Gruppe des Lagers Pasewalk mit der Wanderfahne des Zentralrates für gute Arbeit vom Dienst für Deutschland.
Der Lagerleiter Haupttruppenführer Martin Ebert (rechts) überreicht dem stellvertretenden Leiter der Hauptverwaltung, Otto Findeisen, Selbstverpflichtungen der Mitglieder eines Lagers im Kreis Pasewalk, zu Ehren der feierlichen Eröffnung.

Der Dienst für Deutschland (DD) war ein freiwilliger kasernierter Arbeitsdienst, der in der DDR im Jahr 1952 eingerichtet wurde.

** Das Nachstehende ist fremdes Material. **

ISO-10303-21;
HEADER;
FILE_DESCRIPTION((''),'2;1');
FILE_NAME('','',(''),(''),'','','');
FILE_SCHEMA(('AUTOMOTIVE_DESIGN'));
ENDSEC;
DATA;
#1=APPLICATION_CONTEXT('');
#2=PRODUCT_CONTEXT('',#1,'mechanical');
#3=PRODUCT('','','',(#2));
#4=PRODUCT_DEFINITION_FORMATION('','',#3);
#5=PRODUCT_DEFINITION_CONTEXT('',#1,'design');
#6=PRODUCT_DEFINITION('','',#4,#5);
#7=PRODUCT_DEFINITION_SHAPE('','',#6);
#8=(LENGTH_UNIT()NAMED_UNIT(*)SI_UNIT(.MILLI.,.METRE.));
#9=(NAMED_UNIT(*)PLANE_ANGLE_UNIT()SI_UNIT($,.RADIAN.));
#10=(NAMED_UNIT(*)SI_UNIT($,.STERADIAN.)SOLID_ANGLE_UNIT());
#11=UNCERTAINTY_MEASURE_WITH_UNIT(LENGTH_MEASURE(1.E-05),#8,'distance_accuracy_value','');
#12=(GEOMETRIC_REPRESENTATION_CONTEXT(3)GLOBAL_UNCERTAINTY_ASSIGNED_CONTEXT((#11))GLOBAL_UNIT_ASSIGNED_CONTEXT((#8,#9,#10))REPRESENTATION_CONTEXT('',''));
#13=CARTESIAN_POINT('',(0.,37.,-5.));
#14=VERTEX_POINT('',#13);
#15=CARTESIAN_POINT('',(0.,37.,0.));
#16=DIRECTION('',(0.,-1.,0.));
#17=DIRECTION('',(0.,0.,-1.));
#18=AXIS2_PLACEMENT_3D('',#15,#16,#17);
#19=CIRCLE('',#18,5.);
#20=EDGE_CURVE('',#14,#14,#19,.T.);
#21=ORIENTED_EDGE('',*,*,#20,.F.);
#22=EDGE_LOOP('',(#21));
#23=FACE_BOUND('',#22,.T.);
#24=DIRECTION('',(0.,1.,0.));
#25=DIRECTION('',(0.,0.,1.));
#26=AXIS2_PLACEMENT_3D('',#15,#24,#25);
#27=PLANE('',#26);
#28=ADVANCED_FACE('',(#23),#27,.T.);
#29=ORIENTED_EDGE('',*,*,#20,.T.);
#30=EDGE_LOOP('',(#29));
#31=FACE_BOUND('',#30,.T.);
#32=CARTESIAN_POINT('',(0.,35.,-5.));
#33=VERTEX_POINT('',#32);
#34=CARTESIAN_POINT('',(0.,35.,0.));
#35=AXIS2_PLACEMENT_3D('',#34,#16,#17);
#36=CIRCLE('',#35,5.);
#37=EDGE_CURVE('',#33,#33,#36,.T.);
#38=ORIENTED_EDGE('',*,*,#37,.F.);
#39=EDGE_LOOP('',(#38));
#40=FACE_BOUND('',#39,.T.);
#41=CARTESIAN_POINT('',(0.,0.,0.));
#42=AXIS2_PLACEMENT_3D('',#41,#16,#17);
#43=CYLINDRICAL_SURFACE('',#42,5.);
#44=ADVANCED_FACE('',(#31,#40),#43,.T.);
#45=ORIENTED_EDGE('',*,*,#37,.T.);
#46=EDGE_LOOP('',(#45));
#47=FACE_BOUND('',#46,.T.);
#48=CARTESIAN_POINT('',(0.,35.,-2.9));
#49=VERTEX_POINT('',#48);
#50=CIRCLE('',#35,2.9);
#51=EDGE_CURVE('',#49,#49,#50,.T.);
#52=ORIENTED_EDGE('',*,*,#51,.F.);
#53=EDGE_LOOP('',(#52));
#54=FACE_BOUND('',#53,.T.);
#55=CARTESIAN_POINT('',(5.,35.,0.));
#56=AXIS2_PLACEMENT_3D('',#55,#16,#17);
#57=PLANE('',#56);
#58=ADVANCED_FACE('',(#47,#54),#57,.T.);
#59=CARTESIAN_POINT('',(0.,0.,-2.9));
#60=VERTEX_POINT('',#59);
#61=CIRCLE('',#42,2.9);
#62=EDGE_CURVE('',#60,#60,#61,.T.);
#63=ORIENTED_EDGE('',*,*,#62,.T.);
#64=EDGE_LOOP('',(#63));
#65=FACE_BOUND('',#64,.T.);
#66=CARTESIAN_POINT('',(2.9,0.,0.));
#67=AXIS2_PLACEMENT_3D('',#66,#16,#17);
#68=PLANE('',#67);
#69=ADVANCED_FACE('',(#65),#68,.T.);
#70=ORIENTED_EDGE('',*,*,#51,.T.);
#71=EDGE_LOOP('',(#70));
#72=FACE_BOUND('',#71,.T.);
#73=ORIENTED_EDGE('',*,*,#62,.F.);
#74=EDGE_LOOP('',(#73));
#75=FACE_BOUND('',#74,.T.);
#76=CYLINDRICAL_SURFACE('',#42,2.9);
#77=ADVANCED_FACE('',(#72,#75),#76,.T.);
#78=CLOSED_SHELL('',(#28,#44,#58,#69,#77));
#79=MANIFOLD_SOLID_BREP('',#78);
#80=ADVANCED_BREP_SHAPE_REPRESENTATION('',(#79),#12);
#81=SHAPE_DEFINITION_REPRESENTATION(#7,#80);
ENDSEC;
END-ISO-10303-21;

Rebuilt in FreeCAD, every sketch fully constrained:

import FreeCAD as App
import Part
import Sketcher
from FreeCAD import Vector


def add_polygon(sketch, points):
    """Adds a closed chain of lines whose ends are joined by coincident constraints."""
    first, n = sketch.GeometryCount, len(points)
    for a, b in zip(points, points[1:] + points[:1]):
        sketch.addGeometry(Part.LineSegment(App.Vector(*a, 0), App.Vector(*b, 0)), False)
    for i in range(n):
        sketch.addConstraint(Sketcher.Constraint("Coincident", first + i, 2, first + (i + 1) % n, 1))

doc = App.newDocument("Part")
body = doc.addObject("PartDesign::Body", "Body")

sketch1 = body.newObject("Sketcher::SketchObject", "Sketch")
sketch1.AttachmentSupport = (doc.getObject("XY_Plane"), [""])
sketch1.MapMode = "FlatFace"
add_polygon(sketch1, [(5, 37), (0, 37), (0, 0), (2.9, 0), (2.9, 35), (5, 35)])
sketch1.addConstraint([
    Sketcher.Constraint("Horizontal", 0),
    Sketcher.Constraint("Vertical", 1),
    Sketcher.Constraint("Horizontal", 2),
    Sketcher.Constraint("Vertical", 3),
    Sketcher.Constraint("Horizontal", 4),
    Sketcher.Constraint("Vertical", 5),
    Sketcher.Constraint("Coincident", 1, 2, -1, 1),
    Sketcher.Constraint("DistanceX", 0, 2, 0, 1, 5.0),
    Sketcher.Constraint("DistanceY", 1, 2, 1, 1, 37.0),
    Sketcher.Constraint("DistanceY", 3, 1, 3, 2, 35.0),
    Sketcher.Constraint("DistanceX", 2, 1, 2, 2, 2.9),
])
revolution = body.newObject("PartDesign::Revolution", "Revolution")
revolution.Profile = sketch1
revolution.ReferenceAxis = (sketch1, ["V_Axis"])
revolution.Angle = 360

doc.recompute()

Er ging auf eine „Empfehlung“ der Sowjetunion vom April 1952 zurück und orientierte sich vorrangig an sowjetischen Vorbildern sowie an der polnischen Organisation Służba Polsce (deutsch Dienst für Polen). Die Ähnlichkeit mit dem Reichsarbeitsdienst des Deutschen Reiches war unverkennbar. Genauso wie die im gleichen Jahr erfolgte Gründung der Gesellschaft für Sport und Technik (GST) sollte der DD der Wiederbewaffnung in der DDR dienen.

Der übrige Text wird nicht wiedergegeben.